In [1]:
import pandas as pd

DATA = '/kaggle/input/negro-league-and-mlb-player-ratings/negro-leagues-player-ratings.csv'
df = pd.read_csv(filepath_or_buffer=DATA)
df.head()

  has_large_values = (abs_vals > 1e6).any()
  has_small_values = ((abs_vals < 10 ** (-self.digits)) & (abs_vals > 0)).any()
  has_small_values = ((abs_vals < 10 ** (-self.digits)) & (abs_vals > 0)).any()
  has_large_values = (abs_vals > 1e6).any()
  has_small_values = ((abs_vals < 10 ** (-self.digits)) & (abs_vals > 0)).any()
  has_small_values = ((abs_vals < 10 ** (-self.digits)) & (abs_vals > 0)).any()


Unnamed: 0,playerID,commonName,league,hof,startYear,endYear,totalGames,positionWar,averageHit,patience,...,shortWar,positionCat,position,careerStarts,strikeOuts,control,fip,whip,era,fact
0,culbech01,Charlie Culberson,MLB,0,2012,2020,428,-0.62,41.791451,13.776205,...,-0.234673,Outfielder,Batter,,,,,,,
1,gosseph01,Phil Gosselin,MLB,0,2013,2020,359,0.895,72.992105,28.641438,...,0.403872,Middle IF,Batter,,,,,,,
2,herrmch01,Chris Herrmann,MLB,0,2012,2019,370,-1.15,3.648244,70.10618,...,-0.503514,Catcher,Batter,,,,,,,
3,kratzer01,Erik Kratz,MLB,0,2010,2020,335,1.715,21.236047,19.112442,...,0.829343,Catcher,Batter,,,,,,,
4,pireljo01,Jose Pirela,MLB,0,2014,2019,302,0.545,67.57419,18.976314,...,0.292351,Middle IF,Batter,,,,,,,


How much data do we have?

In [2]:
df.shape

(1117, 25)

We have position players and pitchers, and they have different stats. We expect that if we build a TSNE scatter plot our plot will separate them into two clusters. Let's find out.

In [3]:
from sklearn.manifold import TSNE

RANDOM_STATE = 2025
reducer = TSNE(random_state=RANDOM_STATE)
plot_df = pd.DataFrame(columns=['x', 'y'], data=reducer.fit_transform(X=df[['positionWar', 'averageHit', 'patience', 'power', 'speed',
       'defense', 'careerStarts', 'strikeOuts', 'control', 'fip', 'whip',
       'era',]].fillna(value=0)))
plot_df['commonName'] = df['commonName'].tolist()
plot_df['hof'] = df['hof'].tolist()
plot_df['hof'] = df['hof'] == 1
plot_df['position'] = df['position'].tolist()
plot_df['league'] = df['league'].tolist()
plot_df['startYear'] = df['startYear'].tolist()

We need to fill in missing values and zeros seem like the most reasonable values to fill in, and of course as a result we see that our plot is neatly bitartite between pitchers and position players.

In [4]:
from plotly import express
from plotly import io

io.renderers.default = 'iframe'
express.scatter(data_frame=plot_df, x='x', y='y', hover_name='commonName', color='position')

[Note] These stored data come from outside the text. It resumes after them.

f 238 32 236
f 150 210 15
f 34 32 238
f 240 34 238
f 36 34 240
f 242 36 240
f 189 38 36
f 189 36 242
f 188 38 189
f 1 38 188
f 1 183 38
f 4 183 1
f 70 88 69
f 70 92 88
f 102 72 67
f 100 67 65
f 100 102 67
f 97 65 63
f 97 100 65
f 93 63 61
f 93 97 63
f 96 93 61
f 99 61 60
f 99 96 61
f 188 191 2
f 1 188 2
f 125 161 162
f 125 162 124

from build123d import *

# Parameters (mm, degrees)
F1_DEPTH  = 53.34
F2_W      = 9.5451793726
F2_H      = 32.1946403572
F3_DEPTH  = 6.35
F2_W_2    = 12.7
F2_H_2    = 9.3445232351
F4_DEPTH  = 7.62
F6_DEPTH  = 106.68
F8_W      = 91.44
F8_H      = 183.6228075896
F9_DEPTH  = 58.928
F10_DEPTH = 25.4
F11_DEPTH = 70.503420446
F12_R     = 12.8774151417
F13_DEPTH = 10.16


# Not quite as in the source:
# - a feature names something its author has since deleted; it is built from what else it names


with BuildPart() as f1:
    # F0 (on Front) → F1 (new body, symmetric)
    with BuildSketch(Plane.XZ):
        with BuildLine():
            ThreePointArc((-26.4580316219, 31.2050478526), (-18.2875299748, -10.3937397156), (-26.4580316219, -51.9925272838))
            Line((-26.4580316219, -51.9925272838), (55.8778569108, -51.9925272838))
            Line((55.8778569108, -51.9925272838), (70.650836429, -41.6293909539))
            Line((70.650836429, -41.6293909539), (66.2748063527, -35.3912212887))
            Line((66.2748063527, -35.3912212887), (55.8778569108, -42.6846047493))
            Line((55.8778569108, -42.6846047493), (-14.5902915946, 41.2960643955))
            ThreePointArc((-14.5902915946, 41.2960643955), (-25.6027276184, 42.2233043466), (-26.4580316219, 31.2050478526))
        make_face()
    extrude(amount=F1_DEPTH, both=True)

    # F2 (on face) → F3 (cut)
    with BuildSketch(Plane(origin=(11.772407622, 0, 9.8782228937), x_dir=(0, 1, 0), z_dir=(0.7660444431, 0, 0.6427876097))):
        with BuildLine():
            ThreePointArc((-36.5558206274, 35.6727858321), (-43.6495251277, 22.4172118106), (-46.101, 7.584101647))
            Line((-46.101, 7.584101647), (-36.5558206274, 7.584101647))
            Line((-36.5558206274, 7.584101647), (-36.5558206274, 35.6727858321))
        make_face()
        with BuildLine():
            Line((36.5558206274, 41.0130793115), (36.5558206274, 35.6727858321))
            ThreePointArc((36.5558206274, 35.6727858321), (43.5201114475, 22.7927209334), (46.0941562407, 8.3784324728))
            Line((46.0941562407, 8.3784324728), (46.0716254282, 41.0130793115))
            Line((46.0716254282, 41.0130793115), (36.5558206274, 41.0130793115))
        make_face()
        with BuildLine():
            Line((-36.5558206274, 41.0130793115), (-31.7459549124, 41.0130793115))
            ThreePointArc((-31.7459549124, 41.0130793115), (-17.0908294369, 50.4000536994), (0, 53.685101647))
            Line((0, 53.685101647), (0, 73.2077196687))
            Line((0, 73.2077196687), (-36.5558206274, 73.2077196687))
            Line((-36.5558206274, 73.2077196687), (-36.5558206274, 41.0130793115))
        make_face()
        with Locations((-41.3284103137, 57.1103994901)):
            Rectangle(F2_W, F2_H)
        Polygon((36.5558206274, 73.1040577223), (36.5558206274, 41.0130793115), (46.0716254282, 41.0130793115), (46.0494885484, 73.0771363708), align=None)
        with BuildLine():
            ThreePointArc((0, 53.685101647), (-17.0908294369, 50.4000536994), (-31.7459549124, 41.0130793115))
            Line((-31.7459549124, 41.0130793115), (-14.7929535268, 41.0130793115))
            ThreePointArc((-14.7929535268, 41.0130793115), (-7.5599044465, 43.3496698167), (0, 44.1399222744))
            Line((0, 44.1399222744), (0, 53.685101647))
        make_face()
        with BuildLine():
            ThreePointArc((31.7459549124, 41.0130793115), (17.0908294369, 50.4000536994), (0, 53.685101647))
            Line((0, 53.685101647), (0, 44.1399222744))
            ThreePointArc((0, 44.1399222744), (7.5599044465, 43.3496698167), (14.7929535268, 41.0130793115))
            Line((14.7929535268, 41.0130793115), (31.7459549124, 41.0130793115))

Now let's look at the same scatter plot and see where the Hall of Famers are.

In [5]:
express.scatter(data_frame=plot_df, x='x', y='y', hover_name='commonName', color='hof')

What do we see? For the most part the Hall of Famers cluster statistically, whether they are pitchers or position players. We do see some exceptions, who in our plot have more neighbors of the opposite type than of their own type. There are multiple reasons why this might be true: the obvious reason is that the Hall of Fame is not determined by statistics; another is that there are some active players in our dataset, and active players are not eligible for the Hall.

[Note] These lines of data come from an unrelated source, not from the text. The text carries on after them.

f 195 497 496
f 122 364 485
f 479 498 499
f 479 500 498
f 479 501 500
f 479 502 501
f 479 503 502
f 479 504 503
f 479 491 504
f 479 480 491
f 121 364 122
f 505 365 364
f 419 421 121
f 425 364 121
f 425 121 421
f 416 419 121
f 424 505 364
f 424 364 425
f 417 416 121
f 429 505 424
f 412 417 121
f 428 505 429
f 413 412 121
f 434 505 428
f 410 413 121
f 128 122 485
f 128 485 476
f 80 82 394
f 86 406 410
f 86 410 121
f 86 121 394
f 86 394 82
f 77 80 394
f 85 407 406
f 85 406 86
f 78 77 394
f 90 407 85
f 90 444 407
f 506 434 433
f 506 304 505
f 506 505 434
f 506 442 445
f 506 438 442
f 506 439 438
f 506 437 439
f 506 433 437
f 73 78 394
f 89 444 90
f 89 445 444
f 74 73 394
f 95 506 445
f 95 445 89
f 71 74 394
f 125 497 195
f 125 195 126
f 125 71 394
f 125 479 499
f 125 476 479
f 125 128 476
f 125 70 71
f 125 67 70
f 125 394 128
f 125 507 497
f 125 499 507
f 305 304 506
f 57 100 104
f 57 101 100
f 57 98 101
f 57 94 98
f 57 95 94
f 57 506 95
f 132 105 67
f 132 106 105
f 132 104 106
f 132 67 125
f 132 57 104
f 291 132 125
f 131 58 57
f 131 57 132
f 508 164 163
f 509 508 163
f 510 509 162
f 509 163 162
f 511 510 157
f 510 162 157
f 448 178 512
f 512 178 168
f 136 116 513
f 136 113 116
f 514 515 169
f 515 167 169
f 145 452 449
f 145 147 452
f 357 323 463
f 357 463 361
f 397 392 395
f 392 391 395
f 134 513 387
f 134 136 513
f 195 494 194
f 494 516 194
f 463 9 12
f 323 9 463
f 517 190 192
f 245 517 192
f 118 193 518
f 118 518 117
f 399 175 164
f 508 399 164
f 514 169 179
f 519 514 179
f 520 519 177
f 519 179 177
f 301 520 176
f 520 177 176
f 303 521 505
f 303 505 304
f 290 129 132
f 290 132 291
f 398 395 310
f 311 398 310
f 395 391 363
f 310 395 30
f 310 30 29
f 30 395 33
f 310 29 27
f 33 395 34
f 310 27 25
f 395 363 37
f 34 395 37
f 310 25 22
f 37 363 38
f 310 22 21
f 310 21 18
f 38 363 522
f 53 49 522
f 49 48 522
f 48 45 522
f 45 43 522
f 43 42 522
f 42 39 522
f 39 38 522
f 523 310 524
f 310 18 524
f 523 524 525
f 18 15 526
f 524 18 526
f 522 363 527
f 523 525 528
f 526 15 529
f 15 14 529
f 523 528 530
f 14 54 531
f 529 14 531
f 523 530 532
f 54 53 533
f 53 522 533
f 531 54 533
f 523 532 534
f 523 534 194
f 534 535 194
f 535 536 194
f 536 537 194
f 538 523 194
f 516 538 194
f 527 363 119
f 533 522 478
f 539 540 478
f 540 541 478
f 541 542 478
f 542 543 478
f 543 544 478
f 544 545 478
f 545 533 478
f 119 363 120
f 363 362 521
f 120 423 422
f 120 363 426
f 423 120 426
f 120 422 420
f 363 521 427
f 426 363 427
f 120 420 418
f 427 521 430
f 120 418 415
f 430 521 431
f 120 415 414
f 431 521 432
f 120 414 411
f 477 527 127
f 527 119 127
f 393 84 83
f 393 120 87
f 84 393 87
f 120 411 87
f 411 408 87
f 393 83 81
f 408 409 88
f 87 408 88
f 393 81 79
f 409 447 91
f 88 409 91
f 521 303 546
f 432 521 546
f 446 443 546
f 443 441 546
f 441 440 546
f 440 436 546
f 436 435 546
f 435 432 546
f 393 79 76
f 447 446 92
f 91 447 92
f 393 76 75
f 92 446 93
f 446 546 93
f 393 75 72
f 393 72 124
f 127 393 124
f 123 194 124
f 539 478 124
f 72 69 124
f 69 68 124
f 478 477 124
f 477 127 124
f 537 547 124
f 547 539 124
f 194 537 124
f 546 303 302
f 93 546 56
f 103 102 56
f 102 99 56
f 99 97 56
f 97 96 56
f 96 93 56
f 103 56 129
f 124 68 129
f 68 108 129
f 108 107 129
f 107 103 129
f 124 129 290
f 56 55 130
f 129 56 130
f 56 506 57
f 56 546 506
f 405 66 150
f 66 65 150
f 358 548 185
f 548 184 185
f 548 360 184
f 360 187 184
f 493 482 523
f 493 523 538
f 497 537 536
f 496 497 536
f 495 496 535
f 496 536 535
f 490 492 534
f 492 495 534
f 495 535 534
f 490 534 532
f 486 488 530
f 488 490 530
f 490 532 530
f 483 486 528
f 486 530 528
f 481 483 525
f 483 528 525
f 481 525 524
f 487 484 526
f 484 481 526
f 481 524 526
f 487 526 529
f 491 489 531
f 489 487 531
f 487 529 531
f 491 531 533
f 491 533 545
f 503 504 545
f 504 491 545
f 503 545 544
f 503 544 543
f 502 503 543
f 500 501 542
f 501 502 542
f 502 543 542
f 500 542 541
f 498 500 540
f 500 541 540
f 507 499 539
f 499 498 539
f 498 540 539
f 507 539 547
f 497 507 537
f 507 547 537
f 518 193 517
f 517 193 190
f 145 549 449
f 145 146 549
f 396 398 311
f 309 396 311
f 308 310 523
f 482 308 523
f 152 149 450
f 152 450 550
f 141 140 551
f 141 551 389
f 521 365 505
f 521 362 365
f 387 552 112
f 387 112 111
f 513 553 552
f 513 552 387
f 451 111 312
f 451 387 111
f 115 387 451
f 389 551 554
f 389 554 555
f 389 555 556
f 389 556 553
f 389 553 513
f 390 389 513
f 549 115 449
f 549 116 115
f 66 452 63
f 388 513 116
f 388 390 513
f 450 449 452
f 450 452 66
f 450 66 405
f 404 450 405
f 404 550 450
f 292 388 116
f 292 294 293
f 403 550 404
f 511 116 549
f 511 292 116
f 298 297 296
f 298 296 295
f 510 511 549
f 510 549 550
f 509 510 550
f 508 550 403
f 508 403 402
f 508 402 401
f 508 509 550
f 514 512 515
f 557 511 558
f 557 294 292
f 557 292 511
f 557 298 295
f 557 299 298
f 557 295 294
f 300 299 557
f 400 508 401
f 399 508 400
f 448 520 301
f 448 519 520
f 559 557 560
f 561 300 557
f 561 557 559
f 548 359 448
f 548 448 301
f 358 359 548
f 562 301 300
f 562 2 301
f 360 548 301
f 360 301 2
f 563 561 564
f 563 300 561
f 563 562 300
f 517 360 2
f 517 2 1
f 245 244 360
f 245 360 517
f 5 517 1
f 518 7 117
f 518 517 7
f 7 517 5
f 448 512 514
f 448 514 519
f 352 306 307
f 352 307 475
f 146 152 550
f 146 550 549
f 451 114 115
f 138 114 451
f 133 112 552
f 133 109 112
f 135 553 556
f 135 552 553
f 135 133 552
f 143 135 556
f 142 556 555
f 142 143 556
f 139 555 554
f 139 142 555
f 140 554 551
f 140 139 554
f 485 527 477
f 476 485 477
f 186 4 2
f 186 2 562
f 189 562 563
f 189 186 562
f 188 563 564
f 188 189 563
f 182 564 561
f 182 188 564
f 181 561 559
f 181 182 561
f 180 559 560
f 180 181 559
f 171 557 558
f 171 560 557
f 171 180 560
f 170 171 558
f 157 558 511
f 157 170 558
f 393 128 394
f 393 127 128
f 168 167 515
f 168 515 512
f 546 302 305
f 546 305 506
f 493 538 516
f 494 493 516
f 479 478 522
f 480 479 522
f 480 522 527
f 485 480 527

Now let's color by league.

In [6]:
express.scatter(data_frame=plot_df, x='x', y='y', hover_name='commonName', color='league')

What do we see? We see that for the most part, players in each league tend to have neighbors that are in their league, but this is more true for pitchers than position players. 

Let's plot our players by start year.

In [7]:
express.scatter(data_frame=plot_df, x='x', y='y', hover_name='commonName', color='startYear')

Our start year data looks bimodal. How bimodal is it?

In [8]:
express.histogram(data_frame=df, x='startYear', nbins=120)

We've plotted our start years in annual bins, and the results look very bimodal. This is important, because professional baseball in 2018 is very different from professional baseball in 1920.